HanesBrands (HBI) is currently trading at a one-year forward PE multiple of 12.2x. While this valuation is toward the upper end of its 52-week PE range of 9.3x–12.6x, it’s very much in line with its three-year average of 12.6x.
The company is, however, trading at a discount to apparel players PVH Corp (PVH), VF Corporation (VFC), Michael Kors (KORS), and Ralph Lauren (RL), which are currently valued at PEs of 16x, 25x, 14x, and 21x, respectively. HBI is also trading at a discount to the broader S&P 500 Index, which is valued at 17 times its next 12 months’ worth of earnings.

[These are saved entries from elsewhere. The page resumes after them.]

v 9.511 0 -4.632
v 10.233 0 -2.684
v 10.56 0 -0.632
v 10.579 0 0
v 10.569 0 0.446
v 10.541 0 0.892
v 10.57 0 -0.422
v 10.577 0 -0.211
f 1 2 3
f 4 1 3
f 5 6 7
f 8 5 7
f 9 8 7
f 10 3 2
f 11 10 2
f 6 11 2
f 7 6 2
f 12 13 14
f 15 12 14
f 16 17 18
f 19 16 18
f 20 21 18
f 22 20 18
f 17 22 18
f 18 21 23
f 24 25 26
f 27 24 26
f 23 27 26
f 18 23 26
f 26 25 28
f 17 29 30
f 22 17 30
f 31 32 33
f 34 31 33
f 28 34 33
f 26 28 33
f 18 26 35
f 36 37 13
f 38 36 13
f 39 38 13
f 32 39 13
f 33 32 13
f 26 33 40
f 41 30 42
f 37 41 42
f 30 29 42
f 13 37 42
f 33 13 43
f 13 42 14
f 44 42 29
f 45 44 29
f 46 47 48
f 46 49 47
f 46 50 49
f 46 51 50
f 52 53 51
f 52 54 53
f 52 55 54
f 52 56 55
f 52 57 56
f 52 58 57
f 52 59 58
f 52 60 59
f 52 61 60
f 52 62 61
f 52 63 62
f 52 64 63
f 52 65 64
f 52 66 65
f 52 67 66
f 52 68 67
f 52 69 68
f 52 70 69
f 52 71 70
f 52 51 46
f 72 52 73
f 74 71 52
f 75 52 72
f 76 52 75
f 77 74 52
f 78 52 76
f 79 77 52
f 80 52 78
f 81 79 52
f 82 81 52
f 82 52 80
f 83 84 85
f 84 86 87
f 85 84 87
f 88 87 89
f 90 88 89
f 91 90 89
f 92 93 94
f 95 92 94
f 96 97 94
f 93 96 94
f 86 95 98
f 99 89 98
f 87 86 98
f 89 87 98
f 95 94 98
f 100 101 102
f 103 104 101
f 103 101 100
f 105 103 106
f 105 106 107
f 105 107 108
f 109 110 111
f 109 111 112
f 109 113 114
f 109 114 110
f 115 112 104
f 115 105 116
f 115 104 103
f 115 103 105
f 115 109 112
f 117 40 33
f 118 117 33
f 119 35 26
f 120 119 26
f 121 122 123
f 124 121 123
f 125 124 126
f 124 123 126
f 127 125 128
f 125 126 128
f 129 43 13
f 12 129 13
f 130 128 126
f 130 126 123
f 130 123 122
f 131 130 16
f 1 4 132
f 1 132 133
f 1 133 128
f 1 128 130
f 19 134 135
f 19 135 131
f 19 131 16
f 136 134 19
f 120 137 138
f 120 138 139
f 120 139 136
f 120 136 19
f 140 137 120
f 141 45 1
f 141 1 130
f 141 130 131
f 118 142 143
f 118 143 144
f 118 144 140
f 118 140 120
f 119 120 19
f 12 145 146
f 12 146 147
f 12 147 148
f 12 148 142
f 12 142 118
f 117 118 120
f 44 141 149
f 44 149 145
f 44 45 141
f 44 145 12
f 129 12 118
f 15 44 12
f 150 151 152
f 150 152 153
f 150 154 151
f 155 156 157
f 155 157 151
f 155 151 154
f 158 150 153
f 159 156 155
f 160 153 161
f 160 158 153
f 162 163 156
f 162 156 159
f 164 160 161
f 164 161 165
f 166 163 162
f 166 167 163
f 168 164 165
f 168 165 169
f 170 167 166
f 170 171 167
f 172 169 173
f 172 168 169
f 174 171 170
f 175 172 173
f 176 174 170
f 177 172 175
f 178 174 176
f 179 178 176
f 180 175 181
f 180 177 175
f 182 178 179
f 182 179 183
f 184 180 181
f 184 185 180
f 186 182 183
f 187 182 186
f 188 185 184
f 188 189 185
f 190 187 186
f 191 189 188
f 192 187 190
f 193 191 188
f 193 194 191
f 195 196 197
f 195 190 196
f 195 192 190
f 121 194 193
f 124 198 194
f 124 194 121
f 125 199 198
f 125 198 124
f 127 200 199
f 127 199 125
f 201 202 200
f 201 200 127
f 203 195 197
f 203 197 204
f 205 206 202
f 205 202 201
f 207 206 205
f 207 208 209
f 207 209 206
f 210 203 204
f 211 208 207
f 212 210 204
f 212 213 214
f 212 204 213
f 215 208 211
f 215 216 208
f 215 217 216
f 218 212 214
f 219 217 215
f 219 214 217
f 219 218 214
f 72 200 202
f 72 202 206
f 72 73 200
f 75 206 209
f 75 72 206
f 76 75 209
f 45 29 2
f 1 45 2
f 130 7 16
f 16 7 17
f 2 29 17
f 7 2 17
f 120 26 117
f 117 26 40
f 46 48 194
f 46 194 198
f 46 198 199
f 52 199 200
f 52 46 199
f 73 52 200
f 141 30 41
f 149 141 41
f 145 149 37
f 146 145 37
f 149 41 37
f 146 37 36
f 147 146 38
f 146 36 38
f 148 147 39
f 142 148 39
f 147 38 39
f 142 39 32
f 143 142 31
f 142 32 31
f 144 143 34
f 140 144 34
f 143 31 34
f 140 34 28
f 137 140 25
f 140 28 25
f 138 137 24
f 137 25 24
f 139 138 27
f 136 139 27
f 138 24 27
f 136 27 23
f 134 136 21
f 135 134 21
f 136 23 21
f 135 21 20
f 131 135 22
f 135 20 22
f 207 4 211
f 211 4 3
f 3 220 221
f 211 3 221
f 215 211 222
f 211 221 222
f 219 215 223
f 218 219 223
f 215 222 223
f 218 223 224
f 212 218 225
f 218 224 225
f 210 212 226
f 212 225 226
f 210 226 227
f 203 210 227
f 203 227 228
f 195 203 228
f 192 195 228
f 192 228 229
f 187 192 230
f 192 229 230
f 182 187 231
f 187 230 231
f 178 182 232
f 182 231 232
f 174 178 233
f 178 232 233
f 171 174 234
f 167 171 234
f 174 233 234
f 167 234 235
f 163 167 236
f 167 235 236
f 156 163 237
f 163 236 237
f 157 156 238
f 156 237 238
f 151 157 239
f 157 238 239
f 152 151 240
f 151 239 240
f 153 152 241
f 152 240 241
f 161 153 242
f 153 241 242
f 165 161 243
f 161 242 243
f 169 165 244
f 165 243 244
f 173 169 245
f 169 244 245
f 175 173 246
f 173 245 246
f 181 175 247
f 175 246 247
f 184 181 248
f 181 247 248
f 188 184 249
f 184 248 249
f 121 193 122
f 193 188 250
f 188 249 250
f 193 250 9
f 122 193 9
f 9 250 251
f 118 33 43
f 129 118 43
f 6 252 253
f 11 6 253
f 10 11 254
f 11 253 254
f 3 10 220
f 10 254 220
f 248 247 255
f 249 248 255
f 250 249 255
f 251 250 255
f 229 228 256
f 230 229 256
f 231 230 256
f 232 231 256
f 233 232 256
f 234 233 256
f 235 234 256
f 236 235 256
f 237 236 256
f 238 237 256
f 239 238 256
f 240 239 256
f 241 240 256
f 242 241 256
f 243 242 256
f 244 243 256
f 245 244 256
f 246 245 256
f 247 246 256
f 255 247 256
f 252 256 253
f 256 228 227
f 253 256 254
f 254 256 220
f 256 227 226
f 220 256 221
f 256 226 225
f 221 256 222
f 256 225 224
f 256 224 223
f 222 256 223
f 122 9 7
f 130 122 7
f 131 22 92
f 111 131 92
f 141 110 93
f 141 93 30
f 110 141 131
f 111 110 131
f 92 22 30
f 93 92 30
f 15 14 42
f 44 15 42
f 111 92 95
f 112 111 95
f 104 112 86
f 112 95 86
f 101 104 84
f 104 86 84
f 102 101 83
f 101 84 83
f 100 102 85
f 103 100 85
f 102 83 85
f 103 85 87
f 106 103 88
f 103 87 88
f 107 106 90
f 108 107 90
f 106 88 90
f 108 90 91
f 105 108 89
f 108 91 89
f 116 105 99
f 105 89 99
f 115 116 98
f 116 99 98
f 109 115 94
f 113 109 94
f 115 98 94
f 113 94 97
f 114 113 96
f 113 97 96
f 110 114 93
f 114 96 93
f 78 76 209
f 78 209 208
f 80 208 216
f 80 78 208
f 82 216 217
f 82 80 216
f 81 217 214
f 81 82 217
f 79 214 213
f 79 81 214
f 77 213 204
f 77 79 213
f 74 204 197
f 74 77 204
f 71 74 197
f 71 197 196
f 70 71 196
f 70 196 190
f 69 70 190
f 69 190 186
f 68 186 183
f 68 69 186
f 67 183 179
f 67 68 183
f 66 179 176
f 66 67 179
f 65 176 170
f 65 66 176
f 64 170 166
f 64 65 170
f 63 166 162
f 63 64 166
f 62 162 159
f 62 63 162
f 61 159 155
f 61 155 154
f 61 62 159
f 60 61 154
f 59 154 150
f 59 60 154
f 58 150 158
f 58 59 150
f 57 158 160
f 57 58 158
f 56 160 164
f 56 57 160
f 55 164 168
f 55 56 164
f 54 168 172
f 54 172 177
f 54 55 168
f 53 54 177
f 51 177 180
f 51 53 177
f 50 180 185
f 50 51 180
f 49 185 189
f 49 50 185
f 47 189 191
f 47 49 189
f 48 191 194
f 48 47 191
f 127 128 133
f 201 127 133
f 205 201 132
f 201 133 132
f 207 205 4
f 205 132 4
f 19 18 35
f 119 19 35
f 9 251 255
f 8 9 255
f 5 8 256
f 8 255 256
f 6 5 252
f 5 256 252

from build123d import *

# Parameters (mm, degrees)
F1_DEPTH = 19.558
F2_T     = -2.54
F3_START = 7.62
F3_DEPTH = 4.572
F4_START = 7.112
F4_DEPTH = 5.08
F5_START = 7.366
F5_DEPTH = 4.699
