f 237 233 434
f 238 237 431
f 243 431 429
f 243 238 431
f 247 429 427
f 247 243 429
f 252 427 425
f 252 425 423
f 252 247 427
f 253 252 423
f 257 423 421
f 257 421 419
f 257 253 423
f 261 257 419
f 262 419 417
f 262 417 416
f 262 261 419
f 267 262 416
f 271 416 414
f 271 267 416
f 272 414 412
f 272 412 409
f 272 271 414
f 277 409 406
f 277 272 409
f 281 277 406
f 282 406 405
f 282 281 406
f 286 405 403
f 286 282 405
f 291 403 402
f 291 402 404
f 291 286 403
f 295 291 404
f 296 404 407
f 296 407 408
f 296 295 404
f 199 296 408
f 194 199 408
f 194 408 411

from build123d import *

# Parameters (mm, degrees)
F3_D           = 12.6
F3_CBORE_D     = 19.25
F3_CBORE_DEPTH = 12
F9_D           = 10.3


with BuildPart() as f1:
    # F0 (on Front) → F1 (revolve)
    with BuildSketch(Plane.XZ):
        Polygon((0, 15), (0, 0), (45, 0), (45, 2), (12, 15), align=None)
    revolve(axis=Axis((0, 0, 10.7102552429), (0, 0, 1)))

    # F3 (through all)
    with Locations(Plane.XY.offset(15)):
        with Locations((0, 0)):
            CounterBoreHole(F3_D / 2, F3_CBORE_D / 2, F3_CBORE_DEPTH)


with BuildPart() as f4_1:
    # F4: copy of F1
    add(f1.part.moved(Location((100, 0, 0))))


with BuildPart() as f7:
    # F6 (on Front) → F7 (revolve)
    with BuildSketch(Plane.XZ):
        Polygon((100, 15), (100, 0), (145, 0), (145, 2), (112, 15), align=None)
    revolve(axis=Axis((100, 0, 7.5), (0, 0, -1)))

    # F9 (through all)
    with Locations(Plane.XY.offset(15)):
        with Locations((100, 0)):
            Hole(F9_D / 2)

One-year forward earnings expectations
While we understand that HBI is trading at a discount to its peers, it’s good to see how the company is placed in terms of its near-term earnings potential. HanesBrands’ EPS are expected to fall over 6% in the next 12 months owing to a cautious US wholesale landscape in 2018, rising input costs, and increased marketing investments.
In comparison, PVH Corp, VF Corporation, and Ralph Lauren have better earnings potentials. Their EPS are expected to rise 9%, 18%, and 5%, respectively, over the next 12 months.
Another factor to consider before investing in any company is its dividends. HBI pays dividends regularly and has done so for the last 22 consecutive quarters. On July 24, HBI announced a dividend of $0.16, reflecting 3% YoY growth. The apparel seller has returned ~$830 million in dividends to its stockholders since April 2013.
HBI stock offers a dividend yield of 2.8%, better than the yields offered by apparel players PVH Corp (1.3%), Ralph Lauren (1.8%), and VF Corporation (2.1%) but lower than that of Gap (3.2%).